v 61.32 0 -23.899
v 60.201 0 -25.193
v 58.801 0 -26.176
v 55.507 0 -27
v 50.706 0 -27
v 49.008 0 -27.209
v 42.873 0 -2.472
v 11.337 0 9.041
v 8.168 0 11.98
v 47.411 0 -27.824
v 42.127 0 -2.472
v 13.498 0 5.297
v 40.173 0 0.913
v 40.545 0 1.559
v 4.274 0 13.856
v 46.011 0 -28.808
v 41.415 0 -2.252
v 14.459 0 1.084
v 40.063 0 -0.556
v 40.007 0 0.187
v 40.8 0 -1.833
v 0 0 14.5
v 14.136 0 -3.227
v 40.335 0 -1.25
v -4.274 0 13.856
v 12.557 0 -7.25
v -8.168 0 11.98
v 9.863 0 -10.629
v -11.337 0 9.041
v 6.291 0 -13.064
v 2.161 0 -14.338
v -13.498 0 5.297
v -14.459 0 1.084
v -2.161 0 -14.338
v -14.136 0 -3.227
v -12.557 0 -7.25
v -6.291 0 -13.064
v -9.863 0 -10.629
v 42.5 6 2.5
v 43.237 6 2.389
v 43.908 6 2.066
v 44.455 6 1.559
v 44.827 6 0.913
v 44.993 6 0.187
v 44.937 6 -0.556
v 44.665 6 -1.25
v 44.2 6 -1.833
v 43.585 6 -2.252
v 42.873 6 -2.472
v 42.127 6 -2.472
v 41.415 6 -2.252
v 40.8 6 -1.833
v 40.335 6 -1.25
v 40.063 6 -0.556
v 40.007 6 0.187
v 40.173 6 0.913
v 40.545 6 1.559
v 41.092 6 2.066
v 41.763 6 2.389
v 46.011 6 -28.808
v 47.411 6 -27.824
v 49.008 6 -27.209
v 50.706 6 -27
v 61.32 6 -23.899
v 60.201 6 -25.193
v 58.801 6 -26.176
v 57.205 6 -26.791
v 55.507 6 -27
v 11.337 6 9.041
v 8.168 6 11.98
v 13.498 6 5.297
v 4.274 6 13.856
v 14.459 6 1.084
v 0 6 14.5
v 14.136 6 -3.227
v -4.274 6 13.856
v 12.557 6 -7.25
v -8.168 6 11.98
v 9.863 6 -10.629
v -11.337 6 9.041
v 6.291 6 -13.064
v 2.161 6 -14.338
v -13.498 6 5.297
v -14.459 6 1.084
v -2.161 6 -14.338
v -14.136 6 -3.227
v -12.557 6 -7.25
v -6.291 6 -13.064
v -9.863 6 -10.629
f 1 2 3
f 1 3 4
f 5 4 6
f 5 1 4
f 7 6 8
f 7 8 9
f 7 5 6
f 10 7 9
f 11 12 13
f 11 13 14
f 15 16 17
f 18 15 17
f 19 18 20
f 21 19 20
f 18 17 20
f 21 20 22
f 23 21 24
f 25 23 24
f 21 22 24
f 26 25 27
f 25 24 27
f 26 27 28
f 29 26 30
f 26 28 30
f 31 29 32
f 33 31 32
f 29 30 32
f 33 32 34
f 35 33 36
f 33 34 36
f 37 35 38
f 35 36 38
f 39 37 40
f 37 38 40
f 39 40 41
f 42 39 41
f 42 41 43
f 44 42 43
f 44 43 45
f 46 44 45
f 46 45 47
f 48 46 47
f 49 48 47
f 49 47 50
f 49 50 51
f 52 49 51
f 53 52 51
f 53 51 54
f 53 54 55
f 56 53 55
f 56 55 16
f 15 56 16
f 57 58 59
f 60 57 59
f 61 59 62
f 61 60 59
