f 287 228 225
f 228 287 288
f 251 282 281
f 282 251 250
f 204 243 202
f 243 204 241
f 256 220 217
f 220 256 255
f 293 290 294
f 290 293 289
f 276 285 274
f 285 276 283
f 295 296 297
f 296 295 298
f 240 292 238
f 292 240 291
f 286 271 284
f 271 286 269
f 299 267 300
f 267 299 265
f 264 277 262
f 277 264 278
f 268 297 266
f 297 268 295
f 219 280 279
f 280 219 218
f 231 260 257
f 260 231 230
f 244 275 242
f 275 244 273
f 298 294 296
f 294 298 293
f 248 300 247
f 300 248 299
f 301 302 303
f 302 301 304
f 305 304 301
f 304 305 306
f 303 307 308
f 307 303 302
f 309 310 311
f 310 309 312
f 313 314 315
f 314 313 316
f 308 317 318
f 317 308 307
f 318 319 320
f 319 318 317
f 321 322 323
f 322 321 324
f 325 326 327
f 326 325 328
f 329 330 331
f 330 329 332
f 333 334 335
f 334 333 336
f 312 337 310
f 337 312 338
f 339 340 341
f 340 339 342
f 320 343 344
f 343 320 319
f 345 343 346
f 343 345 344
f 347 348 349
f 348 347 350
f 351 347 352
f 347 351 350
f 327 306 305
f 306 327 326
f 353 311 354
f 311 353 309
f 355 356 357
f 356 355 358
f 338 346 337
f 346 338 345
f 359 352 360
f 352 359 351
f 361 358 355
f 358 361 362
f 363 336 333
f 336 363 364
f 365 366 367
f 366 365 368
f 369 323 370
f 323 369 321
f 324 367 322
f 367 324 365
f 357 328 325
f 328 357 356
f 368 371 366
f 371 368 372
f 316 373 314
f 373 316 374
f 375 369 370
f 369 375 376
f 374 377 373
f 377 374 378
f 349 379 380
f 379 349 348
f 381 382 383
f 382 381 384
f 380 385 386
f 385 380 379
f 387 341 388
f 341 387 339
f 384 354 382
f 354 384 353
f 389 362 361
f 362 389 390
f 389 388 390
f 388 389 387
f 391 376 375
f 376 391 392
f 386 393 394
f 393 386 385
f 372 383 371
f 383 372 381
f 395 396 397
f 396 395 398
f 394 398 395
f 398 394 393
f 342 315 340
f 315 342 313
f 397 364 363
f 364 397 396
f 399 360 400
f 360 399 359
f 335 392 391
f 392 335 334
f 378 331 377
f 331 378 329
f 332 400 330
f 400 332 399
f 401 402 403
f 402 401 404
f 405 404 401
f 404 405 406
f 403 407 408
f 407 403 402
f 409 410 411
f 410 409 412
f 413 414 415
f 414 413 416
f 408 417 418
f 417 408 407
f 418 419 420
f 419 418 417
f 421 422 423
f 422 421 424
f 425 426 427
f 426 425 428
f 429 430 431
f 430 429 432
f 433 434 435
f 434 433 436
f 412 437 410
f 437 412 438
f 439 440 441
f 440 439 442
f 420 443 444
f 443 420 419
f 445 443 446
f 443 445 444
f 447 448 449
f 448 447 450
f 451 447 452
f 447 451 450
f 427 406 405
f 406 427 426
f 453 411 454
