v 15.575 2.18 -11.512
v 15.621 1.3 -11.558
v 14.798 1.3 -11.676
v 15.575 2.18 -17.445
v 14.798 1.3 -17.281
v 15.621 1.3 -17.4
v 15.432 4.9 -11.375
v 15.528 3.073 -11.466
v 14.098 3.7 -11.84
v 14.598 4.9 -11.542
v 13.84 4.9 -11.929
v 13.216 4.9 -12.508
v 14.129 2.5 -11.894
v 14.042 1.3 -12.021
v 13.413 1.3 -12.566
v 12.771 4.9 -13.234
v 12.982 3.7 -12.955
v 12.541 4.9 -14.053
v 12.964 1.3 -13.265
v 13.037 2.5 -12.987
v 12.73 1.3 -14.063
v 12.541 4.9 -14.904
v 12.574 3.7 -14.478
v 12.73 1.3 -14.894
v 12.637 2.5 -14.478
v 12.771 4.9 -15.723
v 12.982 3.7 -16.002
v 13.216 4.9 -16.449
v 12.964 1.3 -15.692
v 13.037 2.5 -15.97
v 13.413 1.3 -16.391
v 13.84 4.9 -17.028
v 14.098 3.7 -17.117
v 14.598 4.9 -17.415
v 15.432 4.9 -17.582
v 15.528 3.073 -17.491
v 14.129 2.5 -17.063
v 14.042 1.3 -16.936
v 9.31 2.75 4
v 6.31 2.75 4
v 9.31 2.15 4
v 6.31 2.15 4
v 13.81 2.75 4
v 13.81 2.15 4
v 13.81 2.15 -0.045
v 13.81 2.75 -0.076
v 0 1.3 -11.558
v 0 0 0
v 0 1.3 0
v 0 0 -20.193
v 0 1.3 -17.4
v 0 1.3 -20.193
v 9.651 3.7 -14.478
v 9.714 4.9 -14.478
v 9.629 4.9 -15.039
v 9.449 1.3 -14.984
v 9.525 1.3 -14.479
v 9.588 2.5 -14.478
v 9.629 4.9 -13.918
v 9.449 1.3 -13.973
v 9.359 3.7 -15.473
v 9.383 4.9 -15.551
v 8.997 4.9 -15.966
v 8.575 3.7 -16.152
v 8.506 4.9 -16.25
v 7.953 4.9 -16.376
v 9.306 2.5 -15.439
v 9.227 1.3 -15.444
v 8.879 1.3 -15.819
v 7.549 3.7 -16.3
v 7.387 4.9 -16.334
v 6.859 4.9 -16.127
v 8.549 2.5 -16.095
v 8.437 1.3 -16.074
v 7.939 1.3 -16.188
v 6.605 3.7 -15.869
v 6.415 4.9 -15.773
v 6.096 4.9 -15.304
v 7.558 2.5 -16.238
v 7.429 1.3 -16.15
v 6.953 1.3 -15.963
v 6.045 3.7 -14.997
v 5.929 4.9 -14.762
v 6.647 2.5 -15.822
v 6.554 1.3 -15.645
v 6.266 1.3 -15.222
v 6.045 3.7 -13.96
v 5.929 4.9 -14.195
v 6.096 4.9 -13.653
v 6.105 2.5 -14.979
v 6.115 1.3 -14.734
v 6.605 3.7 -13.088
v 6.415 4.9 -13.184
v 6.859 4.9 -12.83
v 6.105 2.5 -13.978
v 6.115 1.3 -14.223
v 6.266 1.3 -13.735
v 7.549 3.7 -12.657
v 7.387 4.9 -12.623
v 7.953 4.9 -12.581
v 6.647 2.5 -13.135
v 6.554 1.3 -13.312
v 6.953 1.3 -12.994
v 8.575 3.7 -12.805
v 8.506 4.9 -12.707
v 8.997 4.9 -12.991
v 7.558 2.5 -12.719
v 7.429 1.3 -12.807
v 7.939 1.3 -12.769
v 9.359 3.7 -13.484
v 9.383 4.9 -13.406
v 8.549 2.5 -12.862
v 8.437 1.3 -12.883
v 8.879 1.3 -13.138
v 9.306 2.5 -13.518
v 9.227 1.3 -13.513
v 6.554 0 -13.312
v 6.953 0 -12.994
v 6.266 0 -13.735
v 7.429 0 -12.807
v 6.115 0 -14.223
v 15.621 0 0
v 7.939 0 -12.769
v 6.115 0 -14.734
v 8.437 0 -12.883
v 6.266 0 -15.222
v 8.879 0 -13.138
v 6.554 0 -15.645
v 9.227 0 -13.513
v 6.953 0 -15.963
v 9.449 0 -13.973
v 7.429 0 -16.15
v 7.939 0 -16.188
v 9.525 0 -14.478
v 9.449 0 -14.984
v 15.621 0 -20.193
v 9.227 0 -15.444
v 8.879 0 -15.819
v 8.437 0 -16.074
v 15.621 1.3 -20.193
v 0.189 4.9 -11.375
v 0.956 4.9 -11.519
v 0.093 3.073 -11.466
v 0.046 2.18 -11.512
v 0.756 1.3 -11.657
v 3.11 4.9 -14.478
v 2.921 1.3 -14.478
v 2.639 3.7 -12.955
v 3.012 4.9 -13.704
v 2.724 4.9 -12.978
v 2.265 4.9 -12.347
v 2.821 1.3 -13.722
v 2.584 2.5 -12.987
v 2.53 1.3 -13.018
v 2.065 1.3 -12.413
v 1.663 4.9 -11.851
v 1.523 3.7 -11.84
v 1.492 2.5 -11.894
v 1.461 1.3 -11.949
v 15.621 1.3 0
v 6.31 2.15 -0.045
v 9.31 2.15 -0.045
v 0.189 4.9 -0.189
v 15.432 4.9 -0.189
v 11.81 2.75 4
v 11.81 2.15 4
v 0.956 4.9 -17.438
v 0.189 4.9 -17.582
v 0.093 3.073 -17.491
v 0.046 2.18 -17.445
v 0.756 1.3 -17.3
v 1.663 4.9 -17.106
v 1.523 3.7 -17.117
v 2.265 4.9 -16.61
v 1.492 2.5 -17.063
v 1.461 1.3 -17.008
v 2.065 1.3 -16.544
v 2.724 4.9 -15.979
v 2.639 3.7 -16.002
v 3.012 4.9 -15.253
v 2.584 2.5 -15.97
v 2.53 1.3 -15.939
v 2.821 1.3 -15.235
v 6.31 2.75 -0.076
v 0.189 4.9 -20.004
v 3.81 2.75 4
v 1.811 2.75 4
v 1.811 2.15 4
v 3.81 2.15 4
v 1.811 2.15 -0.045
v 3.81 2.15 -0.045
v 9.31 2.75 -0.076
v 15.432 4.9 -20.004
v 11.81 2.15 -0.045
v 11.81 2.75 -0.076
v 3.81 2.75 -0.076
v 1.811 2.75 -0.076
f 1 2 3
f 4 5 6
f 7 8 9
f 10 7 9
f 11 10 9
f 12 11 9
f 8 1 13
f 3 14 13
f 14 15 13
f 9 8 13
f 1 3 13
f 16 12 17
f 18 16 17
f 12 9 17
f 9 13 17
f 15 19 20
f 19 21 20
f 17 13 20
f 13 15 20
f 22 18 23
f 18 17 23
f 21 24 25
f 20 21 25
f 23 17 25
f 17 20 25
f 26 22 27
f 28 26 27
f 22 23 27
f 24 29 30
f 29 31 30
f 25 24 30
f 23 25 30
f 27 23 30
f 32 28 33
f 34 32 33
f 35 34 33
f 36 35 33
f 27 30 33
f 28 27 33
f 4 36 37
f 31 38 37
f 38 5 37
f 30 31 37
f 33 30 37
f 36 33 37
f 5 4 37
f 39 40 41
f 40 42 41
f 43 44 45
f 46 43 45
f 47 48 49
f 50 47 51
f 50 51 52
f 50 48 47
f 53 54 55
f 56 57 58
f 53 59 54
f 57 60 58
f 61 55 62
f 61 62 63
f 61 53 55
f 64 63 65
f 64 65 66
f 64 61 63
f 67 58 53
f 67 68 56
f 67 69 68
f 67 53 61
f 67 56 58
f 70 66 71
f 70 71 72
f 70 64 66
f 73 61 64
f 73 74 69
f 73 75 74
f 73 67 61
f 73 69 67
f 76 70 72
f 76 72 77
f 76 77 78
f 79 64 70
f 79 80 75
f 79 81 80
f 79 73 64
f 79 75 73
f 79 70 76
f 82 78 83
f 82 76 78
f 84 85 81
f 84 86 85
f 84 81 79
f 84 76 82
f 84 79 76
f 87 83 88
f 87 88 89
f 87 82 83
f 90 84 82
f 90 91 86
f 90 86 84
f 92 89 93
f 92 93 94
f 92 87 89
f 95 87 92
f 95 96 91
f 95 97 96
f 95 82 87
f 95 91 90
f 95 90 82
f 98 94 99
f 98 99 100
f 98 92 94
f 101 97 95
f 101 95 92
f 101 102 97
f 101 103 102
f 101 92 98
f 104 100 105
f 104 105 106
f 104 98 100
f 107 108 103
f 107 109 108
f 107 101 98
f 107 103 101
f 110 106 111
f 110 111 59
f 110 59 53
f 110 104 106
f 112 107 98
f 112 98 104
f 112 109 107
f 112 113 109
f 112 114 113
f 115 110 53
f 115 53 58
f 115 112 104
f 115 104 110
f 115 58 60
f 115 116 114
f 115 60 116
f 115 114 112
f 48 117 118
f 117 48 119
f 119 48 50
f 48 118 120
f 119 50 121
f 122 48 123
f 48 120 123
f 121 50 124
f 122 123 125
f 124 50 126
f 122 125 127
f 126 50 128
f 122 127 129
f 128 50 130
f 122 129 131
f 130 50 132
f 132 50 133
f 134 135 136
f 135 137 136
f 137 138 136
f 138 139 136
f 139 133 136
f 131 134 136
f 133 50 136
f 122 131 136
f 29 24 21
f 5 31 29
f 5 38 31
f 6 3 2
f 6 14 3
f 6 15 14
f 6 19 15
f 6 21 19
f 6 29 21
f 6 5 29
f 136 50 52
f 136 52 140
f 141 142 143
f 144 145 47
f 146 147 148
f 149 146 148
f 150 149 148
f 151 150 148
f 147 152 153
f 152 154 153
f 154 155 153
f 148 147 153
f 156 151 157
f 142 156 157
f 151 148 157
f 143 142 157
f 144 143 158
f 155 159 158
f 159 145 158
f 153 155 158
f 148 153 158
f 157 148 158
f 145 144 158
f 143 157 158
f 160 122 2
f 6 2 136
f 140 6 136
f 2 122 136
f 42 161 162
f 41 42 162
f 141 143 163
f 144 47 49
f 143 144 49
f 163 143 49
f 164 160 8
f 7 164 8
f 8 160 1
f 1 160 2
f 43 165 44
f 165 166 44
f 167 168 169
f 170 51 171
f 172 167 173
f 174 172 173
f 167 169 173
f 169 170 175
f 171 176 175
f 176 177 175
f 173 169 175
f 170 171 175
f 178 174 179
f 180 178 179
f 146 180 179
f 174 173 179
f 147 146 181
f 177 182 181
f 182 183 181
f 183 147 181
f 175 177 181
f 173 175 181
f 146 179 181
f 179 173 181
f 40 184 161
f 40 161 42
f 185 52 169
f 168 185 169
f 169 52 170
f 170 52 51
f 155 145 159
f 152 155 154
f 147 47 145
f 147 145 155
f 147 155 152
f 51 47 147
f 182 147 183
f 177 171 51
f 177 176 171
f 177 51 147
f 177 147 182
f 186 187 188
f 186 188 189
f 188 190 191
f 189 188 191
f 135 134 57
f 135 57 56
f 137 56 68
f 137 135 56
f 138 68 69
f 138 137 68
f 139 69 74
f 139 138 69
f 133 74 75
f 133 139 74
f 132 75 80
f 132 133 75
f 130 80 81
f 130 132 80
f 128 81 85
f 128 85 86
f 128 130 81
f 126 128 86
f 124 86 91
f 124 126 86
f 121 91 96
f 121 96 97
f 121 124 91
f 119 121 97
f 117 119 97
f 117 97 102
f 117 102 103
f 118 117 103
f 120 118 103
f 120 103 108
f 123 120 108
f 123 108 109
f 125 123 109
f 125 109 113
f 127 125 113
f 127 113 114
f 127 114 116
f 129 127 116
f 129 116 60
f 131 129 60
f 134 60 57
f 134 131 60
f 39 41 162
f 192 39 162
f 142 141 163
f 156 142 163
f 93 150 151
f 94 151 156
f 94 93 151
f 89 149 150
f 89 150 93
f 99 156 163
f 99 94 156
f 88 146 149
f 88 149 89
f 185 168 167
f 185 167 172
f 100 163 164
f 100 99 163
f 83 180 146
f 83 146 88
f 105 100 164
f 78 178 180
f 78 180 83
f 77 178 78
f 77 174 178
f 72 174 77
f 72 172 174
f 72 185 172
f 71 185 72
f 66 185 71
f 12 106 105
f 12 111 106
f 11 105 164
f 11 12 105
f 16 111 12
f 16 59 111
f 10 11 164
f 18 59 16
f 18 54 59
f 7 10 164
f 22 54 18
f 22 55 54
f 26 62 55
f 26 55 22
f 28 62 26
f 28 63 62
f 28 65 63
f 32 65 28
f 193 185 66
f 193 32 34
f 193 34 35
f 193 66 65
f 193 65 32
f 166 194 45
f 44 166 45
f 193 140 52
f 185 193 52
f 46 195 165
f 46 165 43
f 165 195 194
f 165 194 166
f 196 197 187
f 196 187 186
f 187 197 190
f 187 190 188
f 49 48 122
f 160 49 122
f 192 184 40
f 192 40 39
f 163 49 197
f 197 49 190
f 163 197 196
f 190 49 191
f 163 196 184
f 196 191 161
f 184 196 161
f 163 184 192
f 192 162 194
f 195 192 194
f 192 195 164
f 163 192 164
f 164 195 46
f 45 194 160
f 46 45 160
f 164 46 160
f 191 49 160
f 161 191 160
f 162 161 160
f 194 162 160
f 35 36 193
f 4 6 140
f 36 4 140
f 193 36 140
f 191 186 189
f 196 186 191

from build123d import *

# Parameters (mm, degrees)
SKETCH1_W                = 15.621
SKETCH1_H                = 20.193
SKETCH1_R                = 1.7145
BOSS_EXTRUDE1_DEPTH      = 1.3
SKETCH2_R                = 1.7145
BOSS_EXTRUDE2_DEPTH      = 3.6
BOSS_EXTRUDE2_DRAFT      = 3
SKETCH3_W                = 2
SKETCH3_H                = 2.155291512
SKETCH3_H_2              = 4
SKETCH3_W_2              = 1.5
SKETCH3_H_3              = 2.998822354
BOSS_EXTRUDE3_DEPTH      = 0.3
BOSS_EXTRUDE3_DEPTH_BACK = 0.3


with BuildPart() as part:
    # Sketch1 → Boss-Extrude1 (new body)
    with BuildSketch(Plane(origin=(0, 0, 0), x_dir=(1, 0, 0), z_dir=(0, 1, 0))):
        with Locations((7.8105, 10.0965)):
            Rectangle(SKETCH1_W, SKETCH1_H)
        with Locations((7.8105, 14.4785)):
            Circle(SKETCH1_R, mode=Mode.SUBTRACT)
    extrude(amount=BOSS_EXTRUDE1_DEPTH)


with BuildPart() as boss_extrude2_tool:
    # Sketch2 → Boss-Extrude2 (with draft: the straight prism first)
    with BuildSketch(Plane(origin=(0, 1.3, 0), x_dir=(1, 0, 0), z_dir=(0, 1, 0))):
        with BuildLine():
            Line((15.621, 20.193), (0, 20.193))
            Line((0, 20.193), (0, 17.3995))
            ThreePointArc((0, 17.3995), (2.065458908, 16.543958908), (2.921, 14.4785))
            ThreePointArc((2.921, 14.4785), (2.065458908, 12.413041092), (0, 11.5575))
            Line((0, 11.5575), (0, 0))
            Line((0, 0), (15.621, 0))
            Line((15.621, 0), (15.621, 11.5575))
            ThreePointArc((15.621, 11.5575), (12.7, 14.4785), (15.621, 17.3995))
            Line((15.621, 17.3995), (15.621, 20.193))
        make_face()
        with Locations((7.8105, 14.4785)):
            Circle(SKETCH2_R, mode=Mode.SUBTRACT)
    extrude(amount=BOSS_EXTRUDE2_DEPTH)
    # Boss-Extrude2: the draft: its side faces are tilted about the plane it starts from
    boss_extrude2_sides = [boss_extrude2_tool.faces().sort_by_distance(p)[0] for p in [
        (15.621, 3.1, -18.79625),
        (6.096, 3.1, -14.4785),
        (15.621, 3.1, -5.77875),
        (7.8105, 3.1, 0),
        (0, 3.1, -5.77875),
        (2.921, 3.1, -14.4785),
        (0, 3.1, -18.79625),
        (7.8105, 3.1, -20.193),
        (12.7, 3.1, -14.4785),
    ]]
    draft(boss_extrude2_sides, Plane(origin=(0, 1.3, 0), x_dir=(1, 0, 0), z_dir=(0, 1, 0)), BOSS_EXTRUDE2_DRAFT)


with BuildPart() as part_1:
    add(part.part)

    # Boss-Extrude2: add boss_extrude2_tool
    add(boss_extrude2_tool.part)

    # Sketch3 → Boss-Extrude3 (add, two sides)
    with BuildSketch(Plane(origin=(0, 2.45, 0), x_dir=(1, 0, 0), z_dir=(0, 1, 0))) as boss_extrude3_sk:
        with Locations((2.8105, 1.077645756)):
            Rectangle(SKETCH3_W, SKETCH3_H)
        with Locations((2.8105, -2)):
            Rectangle(SKETCH3_W, SKETCH3_H_2)
        with Locations((12.8105, 1.077645756)):
            Rectangle(SKETCH3_W, SKETCH3_H)
        with Locations((12.8105, -2)):
            Rectangle(SKETCH3_W, SKETCH3_H_2)
        with Locations((7.0605, 1.499411177)):
            Rectangle(SKETCH3_W_2, SKETCH3_H_3)
        Polygon((7.8105, 0), (6.3105, 0), (6.3105, -4), (9.3105, -4), (9.3105, 0), align=None)
        with Locations((8.5605, 1.499411177)):
            Rectangle(SKETCH3_W_2, SKETCH3_H_3)
    extrude(amount=BOSS_EXTRUDE3_DEPTH)
    extrude(boss_extrude3_sk.sketch, amount=-BOSS_EXTRUDE3_DEPTH_BACK)


solid = part_1.part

_ _ _ _ _

§ Task directions
Copy, please, every line from the start of the entries down to the line that holds "v 11.337 6 9.041", with both of those lines included and no others.

§ Response box
v 61.32 0 -23.899
v 60.201 0 -25.193
v 58.801 0 -26.176
v 55.507 0 -27
v 50.706 0 -27
v 49.008 0 -27.209
v 42.873 0 -2.472
v 11.337 0 9.041
v 8.168 0 11.98
v 47.411 0 -27.824
v 42.127 0 -2.472
v 13.498 0 5.297
v 40.173 0 0.913
v 40.545 0 1.559
v 4.274 0 13.856
v 46.011 0 -28.808
v 41.415 0 -2.252
v 14.459 0 1.084
v 40.063 0 -0.556
v 40.007 0 0.187
v 40.8 0 -1.833
v 0 0 14.5
v 14.136 0 -3.227
v 40.335 0 -1.25
v -4.274 0 13.856
v 12.557 0 -7.25
v -8.168 0 11.98
v 9.863 0 -10.629
v -11.337 0 9.041
v 6.291 0 -13.064
v 2.161 0 -14.338
v -13.498 0 5.297
v -14.459 0 1.084
v -2.161 0 -14.338
v -14.136 0 -3.227
v -12.557 0 -7.25
v -6.291 0 -13.064
v -9.863 0 -10.629
v 42.5 6 2.5
v 43.237 6 2.389
v 43.908 6 2.066
v 44.455 6 1.559
v 44.827 6 0.913
v 44.993 6 0.187
v 44.937 6 -0.556
v 44.665 6 -1.25
v 44.2 6 -1.833
v 43.585 6 -2.252
v 42.873 6 -2.472
v 42.127 6 -2.472
v 41.415 6 -2.252
v 40.8 6 -1.833
v 40.335 6 -1.25
v 40.063 6 -0.556
v 40.007 6 0.187
v 40.173 6 0.913
v 40.545 6 1.559
v 41.092 6 2.066
v 41.763 6 2.389
v 46.011 6 -28.808
v 47.411 6 -27.824
v 49.008 6 -27.209
v 50.706 6 -27
v 61.32 6 -23.899
v 60.201 6 -25.193
v 58.801 6 -26.176
v 57.205 6 -26.791
v 55.507 6 -27
v 11.337 6 9.041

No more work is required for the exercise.